My research follows an integrative approach to the development of theory and methods for biodiversity conservation. Current questions are centered on interactions between life history complexity, physiology, and the environment and how this information can be used to improve evolutionary models. I am driven and fascinated by the varying temporal [and spatial] scales of biodiversity [conservation], including how these different scales align with measurable traits, from genes to complex behaviors. This leads me to work with myriad organisms and habitats, but my primary study organisms include SNAKES (emphasis on pit-vipers and resource selection) and SALAMANDERS (emphasis on life history and aquatic systems, including CAVES.).
Major Research Interests:
- Linking physiology and life history to understand evolutionary processes at multiple scales
- Understanding and mitigating mechanistic impacts of invasive species
- Ectotherm spatial ecology and resource selection
- Using concepts from above to improve conservation management
Current major projects
Multiscale Dynamics of Hybridization Between a Threatened Salamander and its Introduced Congener

A primary goal of invasion biology is to identify the processes that influence success of invaders and susceptibility of native systems to invasion. Most evidence suggests invasiveness and invasibility are context-dependent and highly case-specific. This view has limited progress in the development of theory (and broadly-applicable methods of management) for biological invasions, and it was only relatively recent that predictions and screening schemes for invasive taxa began to consider both organism traits and characteristics of recipient environments. The recent findings that physiological niche can explain the success of a large number of invaders is promising given the potential for mechanistic predictions aimed at particular species and recipient habitats. Altered niche might be particularly relevant when dealing with hybridization given the potential for recombination of divergent genomes to generate novel phenotypes (i.e., transgressive segregation). We are using a tiger salamander system of major conservation concern to (1) test the power of physiology and life history in predicting invasion success in different environments, (2) explore the role of transgressive segregation and environment-dependent selection in shaping hybrid zone dynamics, and (3) promote a broadly applicable mechanistic framework for screening and predicting invasibility in particular recipient environments.

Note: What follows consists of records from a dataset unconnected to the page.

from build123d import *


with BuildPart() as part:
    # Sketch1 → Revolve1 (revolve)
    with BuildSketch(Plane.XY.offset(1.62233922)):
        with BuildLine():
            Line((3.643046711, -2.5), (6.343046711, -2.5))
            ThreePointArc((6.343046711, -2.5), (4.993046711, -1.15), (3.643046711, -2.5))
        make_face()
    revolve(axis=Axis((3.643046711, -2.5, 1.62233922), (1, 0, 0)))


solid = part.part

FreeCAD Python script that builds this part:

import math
import FreeCAD as App
import Part
import Sketcher

doc = App.newDocument("Part")
body = doc.addObject("PartDesign::Body", "Body")

sketch1 = doc.addObject("Sketcher::SketchObject", "Sketch")
body.addObject(sketch1)
sketch1.AttachmentSupport = (doc.XY_Plane, [""])
sketch1.MapMode = "FlatFace"
sketch1.AttachmentOffset = App.Placement(App.Vector(0, 0, 1.622339), App.Rotation())
sketch1.addGeometry([
    Part.LineSegment(App.Vector(3.6, -2.5, 0), App.Vector(6.3, -2.5, 0)),
    Part.ArcOfCircle(Part.Circle(App.Vector(5, -2.5, 0), App.Vector(0, 0, 1), 1.4), math.radians(0), math.radians(180)),
], False)
sketch1.addGeometry(Part.LineSegment(App.Vector(3.6, -2.5, 0), App.Vector(6.3, -2.5, 0)), True)
sketch1.addConstraint([
    Sketcher.Constraint("Coincident", 0, 1, 1, 2),
    Sketcher.Constraint("Coincident", 1, 1, 0, 2),
    Sketcher.Constraint("Horizontal", 0),
    Sketcher.Constraint("Horizontal", 2),
    Sketcher.Constraint("Coincident", 2, 1, 0, 1),
    Sketcher.Constraint("Horizontal", 1, 3, 0, 1),
    Sketcher.Constraint("Equal", 0, 2),
    Sketcher.Constraint("Radius", 1, 1.35),
    Sketcher.Constraint("DistanceY", 1, 3, -1, 1, 2.5),
    Sketcher.Constraint("DistanceX", -1, 1, 1, 3, 4.993047),
])
revolution = doc.addObject("PartDesign::Revolution", "Revolution")
body.addObject(revolution)
revolution.Profile = sketch1
revolution.ReferenceAxis = (sketch1, ["Axis0"])
revolution.Angle = 360

doc.recompute()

Molecular Ecology of Copperheads

I am also assessing genetic diversity and isolation of copperhead (Agkistrodon contortrix) populations in Indiana to determine their true conservation status in the state. While they remain relatively abundant in some portions of southern Indiana, the majority of populations appear to be completely isolated and declining rapidly. Interestingly, most declining populations inhabit rocky canyons and gorges in comparison to the oak-hickory ridges where more stable populations occur. Results from radiotelemetry work suggest that management strategies will need to be specific to each major region, possibly owing to differing susceptibilities to exotic plant invasion, which reduce thermally profitable habitat for many ectotherms. This work has also led to questions involving phenotypic plasticity and adaptive potential with regard to the appropriateness of current management plans (for additional species).

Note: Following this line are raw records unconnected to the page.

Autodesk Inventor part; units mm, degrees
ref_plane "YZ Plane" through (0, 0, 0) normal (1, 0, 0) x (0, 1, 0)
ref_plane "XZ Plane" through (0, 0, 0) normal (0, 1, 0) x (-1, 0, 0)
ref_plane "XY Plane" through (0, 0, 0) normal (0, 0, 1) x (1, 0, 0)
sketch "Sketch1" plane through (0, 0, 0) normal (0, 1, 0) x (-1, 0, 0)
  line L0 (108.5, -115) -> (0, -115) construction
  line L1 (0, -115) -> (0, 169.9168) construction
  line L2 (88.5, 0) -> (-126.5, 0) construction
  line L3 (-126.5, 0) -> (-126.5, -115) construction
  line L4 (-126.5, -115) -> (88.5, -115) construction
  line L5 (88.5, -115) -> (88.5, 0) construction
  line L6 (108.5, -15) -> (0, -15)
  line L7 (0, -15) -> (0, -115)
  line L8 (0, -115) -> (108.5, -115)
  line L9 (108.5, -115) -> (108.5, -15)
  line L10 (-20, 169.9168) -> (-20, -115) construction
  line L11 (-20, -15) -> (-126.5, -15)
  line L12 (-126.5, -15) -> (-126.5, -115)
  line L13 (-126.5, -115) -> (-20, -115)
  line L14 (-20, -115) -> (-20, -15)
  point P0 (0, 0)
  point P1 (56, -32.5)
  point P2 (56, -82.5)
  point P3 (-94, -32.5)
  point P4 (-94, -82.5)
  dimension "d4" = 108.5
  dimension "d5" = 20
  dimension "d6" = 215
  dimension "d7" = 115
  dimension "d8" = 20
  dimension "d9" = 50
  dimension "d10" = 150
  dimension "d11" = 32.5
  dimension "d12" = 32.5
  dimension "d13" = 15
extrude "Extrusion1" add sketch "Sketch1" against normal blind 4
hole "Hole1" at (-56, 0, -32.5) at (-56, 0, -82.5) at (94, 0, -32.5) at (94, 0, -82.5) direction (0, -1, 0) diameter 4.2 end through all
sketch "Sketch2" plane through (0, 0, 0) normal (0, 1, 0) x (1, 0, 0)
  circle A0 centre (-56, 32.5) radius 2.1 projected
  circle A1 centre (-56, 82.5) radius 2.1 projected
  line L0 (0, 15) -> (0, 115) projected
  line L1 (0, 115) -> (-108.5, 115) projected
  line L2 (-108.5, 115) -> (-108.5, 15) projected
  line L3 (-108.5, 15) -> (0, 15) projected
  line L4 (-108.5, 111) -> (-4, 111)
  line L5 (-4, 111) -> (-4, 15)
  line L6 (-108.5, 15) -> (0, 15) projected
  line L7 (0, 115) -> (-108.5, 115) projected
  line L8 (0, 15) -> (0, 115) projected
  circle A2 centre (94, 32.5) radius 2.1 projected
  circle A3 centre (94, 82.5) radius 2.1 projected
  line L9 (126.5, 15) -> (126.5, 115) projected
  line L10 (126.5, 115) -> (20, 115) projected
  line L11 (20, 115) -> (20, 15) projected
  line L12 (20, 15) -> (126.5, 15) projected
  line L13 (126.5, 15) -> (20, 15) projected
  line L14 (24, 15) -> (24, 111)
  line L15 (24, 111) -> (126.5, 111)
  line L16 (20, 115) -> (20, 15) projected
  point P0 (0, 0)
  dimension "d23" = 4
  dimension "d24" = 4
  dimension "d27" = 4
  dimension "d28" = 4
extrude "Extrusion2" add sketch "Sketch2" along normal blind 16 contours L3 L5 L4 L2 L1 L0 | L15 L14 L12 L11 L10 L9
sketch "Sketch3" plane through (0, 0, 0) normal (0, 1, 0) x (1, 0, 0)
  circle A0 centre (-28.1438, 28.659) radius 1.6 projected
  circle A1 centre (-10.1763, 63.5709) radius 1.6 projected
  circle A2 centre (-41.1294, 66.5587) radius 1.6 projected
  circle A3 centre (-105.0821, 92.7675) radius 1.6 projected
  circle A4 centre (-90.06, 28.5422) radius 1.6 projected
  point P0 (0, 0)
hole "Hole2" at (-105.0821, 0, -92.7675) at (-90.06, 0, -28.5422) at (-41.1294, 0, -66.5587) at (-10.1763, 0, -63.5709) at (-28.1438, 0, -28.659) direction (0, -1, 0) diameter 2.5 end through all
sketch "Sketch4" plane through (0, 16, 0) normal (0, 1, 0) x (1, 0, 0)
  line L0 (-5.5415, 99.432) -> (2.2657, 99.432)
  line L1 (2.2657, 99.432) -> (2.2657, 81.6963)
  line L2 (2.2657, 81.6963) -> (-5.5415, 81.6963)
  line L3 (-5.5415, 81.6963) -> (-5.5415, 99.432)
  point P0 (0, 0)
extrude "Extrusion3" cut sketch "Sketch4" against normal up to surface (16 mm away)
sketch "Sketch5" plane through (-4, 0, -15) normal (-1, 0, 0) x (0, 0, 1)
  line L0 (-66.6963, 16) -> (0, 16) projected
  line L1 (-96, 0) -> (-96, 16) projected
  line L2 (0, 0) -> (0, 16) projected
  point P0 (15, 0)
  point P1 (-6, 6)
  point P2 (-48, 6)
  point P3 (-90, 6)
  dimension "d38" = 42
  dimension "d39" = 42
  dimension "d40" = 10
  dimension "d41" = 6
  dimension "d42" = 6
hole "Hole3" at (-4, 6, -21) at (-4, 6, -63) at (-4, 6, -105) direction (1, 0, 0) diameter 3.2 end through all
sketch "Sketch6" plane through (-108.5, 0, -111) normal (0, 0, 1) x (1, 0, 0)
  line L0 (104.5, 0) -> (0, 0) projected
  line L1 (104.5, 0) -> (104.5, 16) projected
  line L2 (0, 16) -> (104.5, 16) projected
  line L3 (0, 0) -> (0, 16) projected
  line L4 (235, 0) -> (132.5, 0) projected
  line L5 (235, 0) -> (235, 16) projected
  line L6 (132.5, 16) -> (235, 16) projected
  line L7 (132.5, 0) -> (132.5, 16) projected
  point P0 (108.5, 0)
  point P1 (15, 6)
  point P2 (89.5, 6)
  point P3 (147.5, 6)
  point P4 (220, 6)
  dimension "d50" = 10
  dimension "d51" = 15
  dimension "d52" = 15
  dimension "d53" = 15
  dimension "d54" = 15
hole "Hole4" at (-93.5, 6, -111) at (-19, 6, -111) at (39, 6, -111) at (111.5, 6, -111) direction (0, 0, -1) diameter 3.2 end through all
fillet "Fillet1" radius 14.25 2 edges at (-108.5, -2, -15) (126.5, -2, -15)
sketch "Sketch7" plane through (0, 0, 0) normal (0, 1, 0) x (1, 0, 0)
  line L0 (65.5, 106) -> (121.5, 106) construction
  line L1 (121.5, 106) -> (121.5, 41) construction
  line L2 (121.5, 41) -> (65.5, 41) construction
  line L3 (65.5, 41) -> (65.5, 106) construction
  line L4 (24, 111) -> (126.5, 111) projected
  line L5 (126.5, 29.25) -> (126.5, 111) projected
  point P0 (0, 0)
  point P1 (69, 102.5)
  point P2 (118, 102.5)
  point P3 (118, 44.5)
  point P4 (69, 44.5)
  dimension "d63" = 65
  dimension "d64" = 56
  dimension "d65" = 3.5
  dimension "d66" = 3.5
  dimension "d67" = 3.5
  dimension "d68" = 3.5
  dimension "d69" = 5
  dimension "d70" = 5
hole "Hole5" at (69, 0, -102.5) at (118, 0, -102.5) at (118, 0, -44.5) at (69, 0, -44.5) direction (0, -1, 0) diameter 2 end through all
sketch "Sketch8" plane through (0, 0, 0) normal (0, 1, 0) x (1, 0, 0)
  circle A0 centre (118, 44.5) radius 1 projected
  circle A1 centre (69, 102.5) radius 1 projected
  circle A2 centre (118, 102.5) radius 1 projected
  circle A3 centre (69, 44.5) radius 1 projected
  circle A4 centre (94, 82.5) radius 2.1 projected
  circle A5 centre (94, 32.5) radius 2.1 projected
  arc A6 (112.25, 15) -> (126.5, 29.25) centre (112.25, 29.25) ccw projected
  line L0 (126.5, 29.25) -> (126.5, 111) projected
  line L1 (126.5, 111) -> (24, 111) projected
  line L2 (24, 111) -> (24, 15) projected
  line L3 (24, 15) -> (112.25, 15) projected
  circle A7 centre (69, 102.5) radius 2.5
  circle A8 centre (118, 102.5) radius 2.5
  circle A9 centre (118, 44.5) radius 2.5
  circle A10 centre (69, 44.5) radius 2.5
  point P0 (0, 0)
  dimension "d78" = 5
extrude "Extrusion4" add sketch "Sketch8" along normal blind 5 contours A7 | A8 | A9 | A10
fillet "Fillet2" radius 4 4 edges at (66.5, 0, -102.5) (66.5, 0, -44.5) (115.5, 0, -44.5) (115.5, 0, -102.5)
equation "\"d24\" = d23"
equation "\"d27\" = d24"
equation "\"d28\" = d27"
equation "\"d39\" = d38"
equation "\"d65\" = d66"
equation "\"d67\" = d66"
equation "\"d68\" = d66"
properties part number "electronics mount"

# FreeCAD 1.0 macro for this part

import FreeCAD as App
import Part
import Sketcher

V = App.Vector


def edges_at(feature, points):
    """Names of the edges that pass closest to the given points."""
    edges = feature.Shape.Edges
    near = lambda p: min(range(len(edges)), key=lambda i: edges[i].distToShape(Part.Vertex(*p))[0])
    return sorted({f"Edge{near(p) + 1}" for p in points})

doc = App.newDocument("Part")
body = doc.addObject("PartDesign::Body", "Body")
body.AllowCompound = True

# Sketch on XZ plane
sketch1 = body.newObject("Sketcher::SketchObject", "Sketch")
sketch1.AttachmentSupport = (doc.getObject("XZ_Plane"), [""])
sketch1.MapMode = "FlatFace"
sketch1.addGeometry([
    Part.LineSegment(V(-108, -115, 0), V(-108, -15, 0)),  # 0
    Part.LineSegment(V(-108, -15, 0), V(0, -15, 0)),  # 1
    Part.LineSegment(V(0, -15, 0), V(0, -115, 0)),  # 2
    Part.LineSegment(V(0, -115, 0), V(-108, -115, 0)),  # 3
    Part.LineSegment(V(20, -115, 0), V(20, -15, 0)),  # 4
    Part.LineSegment(V(20, -15, 0), V(126, -15, 0)),  # 5
    Part.LineSegment(V(126, -15, 0), V(126, -115, 0)),  # 6
    Part.LineSegment(V(126, -115, 0), V(20, -115, 0)),  # 7
], False)
sketch1.addConstraint([
    Sketcher.Constraint("Coincident", 0, 2, 1, 1),
    Sketcher.Constraint("Coincident", 1, 2, 2, 1),
    Sketcher.Constraint("Coincident", 2, 2, 3, 1),
    Sketcher.Constraint("Coincident", 3, 2, 0, 1),
    Sketcher.Constraint("Coincident", 4, 2, 5, 1),
    Sketcher.Constraint("Coincident", 5, 2, 6, 1),
    Sketcher.Constraint("Coincident", 6, 2, 7, 1),
    Sketcher.Constraint("Coincident", 7, 2, 4, 1),
    Sketcher.Constraint("Vertical", 0),
    Sketcher.Constraint("Horizontal", 1),
    Sketcher.Constraint("Vertical", 2),
    Sketcher.Constraint("Horizontal", 3),
    Sketcher.Constraint("Vertical", 4),
    Sketcher.Constraint("Horizontal", 5),
    Sketcher.Constraint("Vertical", 6),
    Sketcher.Constraint("Horizontal", 7),
    Sketcher.Constraint("PointOnObject", 1, 2, -2),
    Sketcher.Constraint("Horizontal", 1, 2, 4, 2),
    Sketcher.Constraint("Horizontal", 3, 2, 6, 2),
    Sketcher.Constraint("DistanceX", 1, 1, 1, 2, 108.5),
    Sketcher.Constraint("DistanceY", 0, 2, -1, 1, 15.0),
    Sketcher.Constraint("DistanceY", 2, 2, -1, 1, 115.0),
    Sketcher.Constraint("DistanceX", -1, 1, 4, 2, 20.0),
    Sketcher.Constraint("DistanceX", 5, 1, 5, 2, 106.5),
])
pad1 = body.newObject("PartDesign::Pad", "Pad")
pad1.Profile = sketch1
pad1.Length = 4

# Sketch on XZ plane
sketch2 = body.newObject("Sketcher::SketchObject", "Sketch001")
sketch2.AttachmentSupport = (doc.getObject("XZ_Plane"), [""])
sketch2.MapMode = "FlatFace"
sketch2.addGeometry([
    Part.Circle(V(-56, -32.5, 0), V(0, 0, 1), 2.1),
    Part.Circle(V(-56, -82.5, 0), V(0, 0, 1), 2.1),
    Part.Circle(V(94, -32.5, 0), V(0, 0, 1), 2.1),
    Part.Circle(V(94, -82.5, 0), V(0, 0, 1), 2.1),
], False)
sketch2.addConstraint([
    Sketcher.Constraint("Equal", 0, 1),
    Sketcher.Constraint("Equal", 1, 2),
    Sketcher.Constraint("Equal", 2, 3),
    Sketcher.Constraint("Horizontal", 0, 3, 2, 3),
    Sketcher.Constraint("Horizontal", 1, 3, 3, 3),
    Sketcher.Constraint("Vertical", 0, 3, 1, 3),
    Sketcher.Constraint("Vertical", 2, 3, 3, 3),
    Sketcher.Constraint("Diameter", 0, 4.2),
    Sketcher.Constraint("DistanceX", 0, 3, -1, 1, 56.0),
    Sketcher.Constraint("DistanceX", -1, 1, 2, 3, 94.0),
    Sketcher.Constraint("DistanceY", 1, 3, 0, 3, 50.0),
    Sketcher.Constraint("DistanceY", 0, 3, -1, 1, 32.5),
])
doc.recompute()
hole = body.newObject("PartDesign::Hole", "Hole")
hole.Profile = sketch2
hole.ThreadType = "None"
hole.Diameter = 4.2
hole.DepthType = "ThroughAll"
hole.Reversed = True

# Sketch on XZ plane
sketch3 = body.newObject("Sketcher::SketchObject", "Sketch002")
sketch3.AttachmentSupport = (doc.getObject("XZ_Plane"), [""])
sketch3.MapMode = "FlatFace"
sketch3.addGeometry([
    Part.LineSegment(V(-4, -15, 0), V(0, -15, 0)),  # 0
    Part.LineSegment(V(0, -15, 0), V(0, -115, 0)),  # 1
    Part.LineSegment(V(0, -115, 0), V(-108.5, -115, 0)),  # 2
    Part.LineSegment(V(-108.5, -115, 0), V(-108.5, -111, 0)),  # 3
    Part.LineSegment(V(-108.5, -111, 0), V(-4, -111, 0)),  # 4
    Part.LineSegment(V(-4, -111, 0), V(-4, -15, 0)),  # 5
    Part.LineSegment(V(24, -111, 0), V(126.5, -111, 0)),  # 6
    Part.LineSegment(V(126.5, -111, 0), V(126.5, -115, 0)),  # 7
    Part.LineSegment(V(126.5, -115, 0), V(20, -115, 0)),  # 8
    Part.LineSegment(V(20, -115, 0), V(20, -15, 0)),  # 9
    Part.LineSegment(V(20, -15, 0), V(24, -15, 0)),  # 10
    Part.LineSegment(V(24, -15, 0), V(24, -111, 0)),  # 11
], False)
sketch3.addConstraint([
    Sketcher.Constraint("Coincident", 0, 2, 1, 1),
    Sketcher.Constraint("Coincident", 1, 2, 2, 1),
    Sketcher.Constraint("Coincident", 2, 2, 3, 1),
    Sketcher.Constraint("Coincident", 3, 2, 4, 1),
    Sketcher.Constraint("Coincident", 4, 2, 5, 1),
    Sketcher.Constraint("Coincident", 5, 2, 0, 1),
    Sketcher.Constraint("Coincident", 6, 2, 7, 1),
    Sketcher.Constraint("Coincident", 7, 2, 8, 1),
    Sketcher.Constraint("Coincident", 8, 2, 9, 1),
    Sketcher.Constraint("Coincident", 9, 2, 10, 1),
    Sketcher.Constraint("Coincident", 10, 2, 11, 1),
    Sketcher.Constraint("Coincident", 11, 2, 6, 1),
    Sketcher.Constraint("Horizontal", 0),
    Sketcher.Constraint("Vertical", 1),
    Sketcher.Constraint("Horizontal", 2),
    Sketcher.Constraint("Vertical", 3),
    Sketcher.Constraint("Horizontal", 4),
    Sketcher.Constraint("Vertical", 5),
    Sketcher.Constraint("Horizontal", 6),
    Sketcher.Constraint("Vertical", 7),
    Sketcher.Constraint("Horizontal", 8),
    Sketcher.Constraint("Vertical", 9),
    Sketcher.Constraint("Horizontal", 10),
    Sketcher.Constraint("Vertical", 11),
    Sketcher.Constraint("PointOnObject", 0, 2, -2),
    Sketcher.Constraint("Horizontal", 4, 2, 6, 2),
    Sketcher.Constraint("Horizontal", 2, 2, 7, 2),
    Sketcher.Constraint("Horizontal", 5, 2, 9, 2),
    Sketcher.Constraint("Equal", 0, 10),
    Sketcher.Constraint("Equal", 10, 3),
    Sketcher.Constraint("DistanceX", 0, 1, 0, 2, 4.0),
    Sketcher.Constraint("DistanceY", 1, 2, 1, 1, 100.0),
    Sketcher.Constraint("DistanceX", 2, 2, 2, 1, 108.5),
    Sketcher.Constraint("DistanceX", 6, 1, 6, 2, 102.5),
    Sketcher.Constraint("DistanceY", 0, 2, -1, 1, 15.0),
    Sketcher.Constraint("DistanceX", -1, 1, 8, 2, 20.0),
])
pad2 = body.newObject("PartDesign::Pad", "Pad001")
pad2.Profile = sketch3
pad2.Length = 16
pad2.Reversed = True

North American Subterranean Biodiversity

While isolation in perpetual darkness presents unique challenges to life underground, subterranean systems often harbor considerable undiscovered biodiversity. I am broadly interested in the origin and maintenance of biodiversity in sensitive and understudied cave environments. In addition to documenting and conserving cave life, I am currently expanding several research questions to (1) address the physiological adaptations and life history strategies that make life in caves possible, (2) apply these mechanisms to better predict responses to global change both above ground (climate and land use over caves) and below ground (invasion by nonnative taxa), and (3) to better understand dispersal capacity in troglobiotic taxa, which by definition are incapable of overland dispersal.